Griffin passes mentor on WNBA list [Basketball]

September 19, 2013

Kelsey Griffin

When Kelsey Griffin of Eagle River sank a 3-pointer for Connecticut Sun early in the third quarter last week against Atlanta, the bucket gave her team the lead. It also gave her the lead in another category.

The basket helped Griffin became Alaska’s all-time leading scorer in the WNBA, surpassing Jessica Moore of Palmer for the most points in the world’s greatest women’s basketball league.

“I didn’t realize that I had achieved that,” Griffin told me. “That is a great honor and I feel very privileged.”

Griffin has 665 career points in 133 regular season games compared to Moore’s 644 points in 223 games.

The 6-foot-2 Griffin has always been a scorer dating back to her All-American days at the University of Nebraska. She scored a career-high 296 points in 34 games this season [8.7 ppg], her fourth in the WNBA.

Meanwhile, the 6-foot-3 Moore has always been more of a defense-minded player going back to her national championship days at the University of Connecticut. In nine WNBA seasons she never scored more than 150 points, yet she did a lot of the physical work under the basket like rebounding, boxing out, setting screens and altering shots.

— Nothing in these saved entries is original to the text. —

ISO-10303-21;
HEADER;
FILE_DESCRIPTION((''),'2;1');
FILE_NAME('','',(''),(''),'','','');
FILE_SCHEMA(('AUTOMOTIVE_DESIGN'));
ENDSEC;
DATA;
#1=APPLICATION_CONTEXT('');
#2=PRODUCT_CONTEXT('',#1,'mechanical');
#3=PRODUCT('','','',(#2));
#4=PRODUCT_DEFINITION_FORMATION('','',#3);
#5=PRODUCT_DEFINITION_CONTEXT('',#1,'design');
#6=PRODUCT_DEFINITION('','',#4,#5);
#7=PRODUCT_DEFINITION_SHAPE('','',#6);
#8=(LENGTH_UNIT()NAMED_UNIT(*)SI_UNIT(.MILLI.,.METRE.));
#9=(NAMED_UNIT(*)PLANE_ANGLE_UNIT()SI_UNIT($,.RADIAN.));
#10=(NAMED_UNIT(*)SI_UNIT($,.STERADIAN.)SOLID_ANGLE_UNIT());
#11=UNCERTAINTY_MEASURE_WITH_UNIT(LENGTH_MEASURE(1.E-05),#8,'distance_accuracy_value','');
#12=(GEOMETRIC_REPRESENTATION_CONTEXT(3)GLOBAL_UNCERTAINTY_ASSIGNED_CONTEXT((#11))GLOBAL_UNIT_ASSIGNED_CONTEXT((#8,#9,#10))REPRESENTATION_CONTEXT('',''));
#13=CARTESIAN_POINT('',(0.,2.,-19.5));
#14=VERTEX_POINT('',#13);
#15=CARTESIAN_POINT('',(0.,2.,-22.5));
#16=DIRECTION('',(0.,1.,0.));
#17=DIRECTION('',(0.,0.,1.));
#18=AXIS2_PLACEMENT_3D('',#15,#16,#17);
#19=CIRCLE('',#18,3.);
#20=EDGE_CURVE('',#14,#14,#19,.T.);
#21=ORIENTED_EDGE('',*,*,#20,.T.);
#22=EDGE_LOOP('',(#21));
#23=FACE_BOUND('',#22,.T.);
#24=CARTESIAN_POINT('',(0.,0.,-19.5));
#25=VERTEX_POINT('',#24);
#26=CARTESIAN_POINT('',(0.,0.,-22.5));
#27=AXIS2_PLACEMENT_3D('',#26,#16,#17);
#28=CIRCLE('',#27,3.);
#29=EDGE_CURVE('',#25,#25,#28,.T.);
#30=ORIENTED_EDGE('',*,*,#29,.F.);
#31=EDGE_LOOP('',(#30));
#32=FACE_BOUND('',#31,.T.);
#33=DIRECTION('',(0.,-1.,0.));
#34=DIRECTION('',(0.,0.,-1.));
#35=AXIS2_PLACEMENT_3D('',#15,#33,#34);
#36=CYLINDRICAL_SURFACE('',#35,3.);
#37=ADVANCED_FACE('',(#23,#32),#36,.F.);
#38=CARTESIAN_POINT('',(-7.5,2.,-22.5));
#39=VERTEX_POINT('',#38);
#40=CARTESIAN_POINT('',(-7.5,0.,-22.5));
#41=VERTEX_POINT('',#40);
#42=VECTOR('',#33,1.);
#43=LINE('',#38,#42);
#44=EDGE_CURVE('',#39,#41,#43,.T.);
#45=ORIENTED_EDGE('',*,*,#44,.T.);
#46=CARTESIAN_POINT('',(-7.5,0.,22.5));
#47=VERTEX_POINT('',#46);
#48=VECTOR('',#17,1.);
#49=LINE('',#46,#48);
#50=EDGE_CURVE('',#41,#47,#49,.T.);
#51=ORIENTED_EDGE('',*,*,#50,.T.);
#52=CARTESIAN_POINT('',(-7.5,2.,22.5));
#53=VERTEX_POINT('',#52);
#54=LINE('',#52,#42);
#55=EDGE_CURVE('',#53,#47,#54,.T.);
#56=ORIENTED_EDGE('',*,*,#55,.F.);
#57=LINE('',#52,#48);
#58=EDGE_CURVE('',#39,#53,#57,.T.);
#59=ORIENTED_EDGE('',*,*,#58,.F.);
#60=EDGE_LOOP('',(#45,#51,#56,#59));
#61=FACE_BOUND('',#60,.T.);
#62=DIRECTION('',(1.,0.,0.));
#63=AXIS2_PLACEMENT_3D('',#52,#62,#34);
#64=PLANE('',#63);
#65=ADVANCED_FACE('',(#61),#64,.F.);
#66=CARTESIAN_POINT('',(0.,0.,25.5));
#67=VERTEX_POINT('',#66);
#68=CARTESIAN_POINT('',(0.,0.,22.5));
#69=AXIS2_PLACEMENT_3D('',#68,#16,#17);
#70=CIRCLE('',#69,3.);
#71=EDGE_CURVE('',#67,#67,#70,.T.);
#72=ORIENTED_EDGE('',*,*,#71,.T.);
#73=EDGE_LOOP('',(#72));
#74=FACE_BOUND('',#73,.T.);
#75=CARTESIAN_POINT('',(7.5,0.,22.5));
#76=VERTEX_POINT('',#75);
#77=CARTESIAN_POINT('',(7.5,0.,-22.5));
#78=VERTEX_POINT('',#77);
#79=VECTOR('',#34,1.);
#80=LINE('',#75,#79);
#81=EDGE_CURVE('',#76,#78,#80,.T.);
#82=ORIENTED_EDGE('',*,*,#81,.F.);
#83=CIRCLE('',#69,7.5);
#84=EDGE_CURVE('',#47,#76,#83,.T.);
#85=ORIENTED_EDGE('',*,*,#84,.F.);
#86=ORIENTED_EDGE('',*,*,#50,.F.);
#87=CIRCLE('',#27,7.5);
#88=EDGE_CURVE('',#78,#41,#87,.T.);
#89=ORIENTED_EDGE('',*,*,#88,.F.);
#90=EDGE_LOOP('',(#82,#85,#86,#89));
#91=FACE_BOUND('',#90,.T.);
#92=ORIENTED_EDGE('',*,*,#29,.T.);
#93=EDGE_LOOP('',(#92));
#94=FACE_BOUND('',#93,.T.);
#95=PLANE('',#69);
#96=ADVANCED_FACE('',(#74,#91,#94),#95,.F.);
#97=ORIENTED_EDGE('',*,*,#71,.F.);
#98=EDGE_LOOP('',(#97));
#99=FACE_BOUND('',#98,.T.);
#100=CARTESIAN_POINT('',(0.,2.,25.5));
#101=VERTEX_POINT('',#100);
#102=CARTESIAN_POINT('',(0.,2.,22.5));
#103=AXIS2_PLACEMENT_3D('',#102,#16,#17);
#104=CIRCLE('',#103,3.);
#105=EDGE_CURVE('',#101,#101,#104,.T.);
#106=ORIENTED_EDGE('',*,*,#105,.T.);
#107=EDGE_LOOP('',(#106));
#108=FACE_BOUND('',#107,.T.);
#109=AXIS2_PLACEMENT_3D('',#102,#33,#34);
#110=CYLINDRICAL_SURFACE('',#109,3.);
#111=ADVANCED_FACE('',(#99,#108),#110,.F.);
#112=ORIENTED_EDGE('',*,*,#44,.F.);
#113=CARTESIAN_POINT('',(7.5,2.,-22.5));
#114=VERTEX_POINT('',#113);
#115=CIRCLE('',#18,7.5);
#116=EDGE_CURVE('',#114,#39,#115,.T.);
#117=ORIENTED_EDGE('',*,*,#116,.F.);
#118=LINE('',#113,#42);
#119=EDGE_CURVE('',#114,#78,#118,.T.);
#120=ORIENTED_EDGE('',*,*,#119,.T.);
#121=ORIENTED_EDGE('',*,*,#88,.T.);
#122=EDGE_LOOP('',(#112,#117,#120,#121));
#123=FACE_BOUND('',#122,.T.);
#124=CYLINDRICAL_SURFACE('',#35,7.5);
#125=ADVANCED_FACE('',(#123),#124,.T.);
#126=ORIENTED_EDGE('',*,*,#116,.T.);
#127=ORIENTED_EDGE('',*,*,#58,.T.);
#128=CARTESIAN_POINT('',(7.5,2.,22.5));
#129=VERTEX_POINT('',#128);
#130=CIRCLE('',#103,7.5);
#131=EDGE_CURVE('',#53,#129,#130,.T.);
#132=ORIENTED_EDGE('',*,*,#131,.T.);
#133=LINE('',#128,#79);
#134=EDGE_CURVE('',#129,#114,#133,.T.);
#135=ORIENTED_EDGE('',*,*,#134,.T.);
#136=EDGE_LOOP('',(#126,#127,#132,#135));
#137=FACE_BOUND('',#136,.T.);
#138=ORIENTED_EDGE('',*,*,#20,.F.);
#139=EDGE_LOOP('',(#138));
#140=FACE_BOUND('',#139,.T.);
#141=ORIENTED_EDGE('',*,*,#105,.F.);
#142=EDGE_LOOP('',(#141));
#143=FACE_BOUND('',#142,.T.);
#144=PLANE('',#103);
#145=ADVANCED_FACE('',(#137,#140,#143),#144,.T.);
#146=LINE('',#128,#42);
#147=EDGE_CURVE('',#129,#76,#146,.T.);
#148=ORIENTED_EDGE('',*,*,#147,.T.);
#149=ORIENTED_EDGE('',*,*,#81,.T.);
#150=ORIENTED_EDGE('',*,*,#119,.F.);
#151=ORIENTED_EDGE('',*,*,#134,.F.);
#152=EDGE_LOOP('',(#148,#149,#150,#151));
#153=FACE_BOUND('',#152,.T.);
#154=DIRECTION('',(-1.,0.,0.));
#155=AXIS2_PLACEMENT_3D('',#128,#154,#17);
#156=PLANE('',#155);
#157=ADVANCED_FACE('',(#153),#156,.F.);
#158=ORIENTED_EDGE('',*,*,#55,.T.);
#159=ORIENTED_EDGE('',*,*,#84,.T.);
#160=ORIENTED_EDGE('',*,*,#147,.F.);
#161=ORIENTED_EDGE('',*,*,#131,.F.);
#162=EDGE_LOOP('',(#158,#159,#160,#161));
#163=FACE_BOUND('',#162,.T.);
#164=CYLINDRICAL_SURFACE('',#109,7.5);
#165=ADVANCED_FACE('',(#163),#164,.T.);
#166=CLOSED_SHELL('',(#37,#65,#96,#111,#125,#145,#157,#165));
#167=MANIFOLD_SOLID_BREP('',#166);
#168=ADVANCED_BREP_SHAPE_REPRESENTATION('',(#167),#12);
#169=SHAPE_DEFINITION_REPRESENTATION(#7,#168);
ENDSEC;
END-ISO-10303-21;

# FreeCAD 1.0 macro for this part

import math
import FreeCAD as App
import Part
import Sketcher
Q = App.Units.Quantity

doc = App.newDocument("Part")
body = doc.addObject("PartDesign::Body", "Body")

# Sketch on XZ plane
sketch1 = body.newObject("Sketcher::SketchObject", "Sketch")
sketch1.AttachmentSupport = (doc.getObject("XZ_Plane"), [""])
sketch1.MapMode = "FlatFace"
sketch1.addGeometry([
    Part.LineSegment(App.Vector(-7.5, -22.5, 0), App.Vector(-7.5, 22.5, 0)),  # 0
    Part.ArcOfCircle(Part.Circle(App.Vector(0, 22.5, 0), App.Vector(0, 0, 1), 7.5), math.radians(0), math.radians(180)),  # 1
    Part.LineSegment(App.Vector(7.5, 22.5, 0), App.Vector(7.5, -22.5, 0)),  # 2
    Part.ArcOfCircle(Part.Circle(App.Vector(0, -22.5, 0), App.Vector(0, 0, 1), 7.5), math.radians(180), math.radians(360)),  # 3
    Part.Circle(App.Vector(0, 22.5, 0), App.Vector(0, 0, 1), 3),  # 4
    Part.Circle(App.Vector(0, -22.5, 0), App.Vector(0, 0, 1), 3),  # 5
], False)
sketch1.addConstraint([
    Sketcher.Constraint("Tangent", 0, 2, 1, 2),
    Sketcher.Constraint("Tangent", 1, 1, 2, 1),
    Sketcher.Constraint("Tangent", 2, 2, 3, 2),
    Sketcher.Constraint("Tangent", 3, 1, 0, 1),
    Sketcher.Constraint("Vertical", 0),
    Sketcher.Constraint("Vertical", 2),
    Sketcher.Constraint("Coincident", 4, 3, 1, 3),
    Sketcher.Constraint("Coincident", 5, 3, 3, 3),
    Sketcher.Constraint("Equal", 4, 5),
    Sketcher.Constraint("Symmetric", 1, 3, 3, 3, -1, 1),
    Sketcher.Constraint("Diameter", 4, Q("6 mm")),
    Sketcher.Constraint("Radius", 1, Q("7.5 mm")),
    Sketcher.Constraint("DistanceY", 0, 1, 0, 2, Q("45 mm")),
])
pad1 = body.newObject("PartDesign::Pad", "Pad")
pad1.Profile = sketch1
pad1.Length = 2
pad1.Reversed = True

doc.recompute()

“I think it’s unfair to rate a player solely on statistics,” Griffin said. “I think Jessica Moore has impacted the league and made so many players better because of the kind of person and basketball player she is.”

Griffin has idolized Moore for years, and for good reason. Moore paved the way for women much like Trajan Langdon did for men – basketball pioneers who changed the national perception of Alaska hoops.

Moore won three NCAA titles and reached the WNBA Finals in 2009.

“I believe the world of sports today puts too much emphasis on the stat sheet and not enough on how a player carries themselves and performs from a team, not just a scorer on a team,” Griffin said. “I feel very honored to be mentioned with Jess Moore as one of the basketball greats to come out of the state of Alaska.”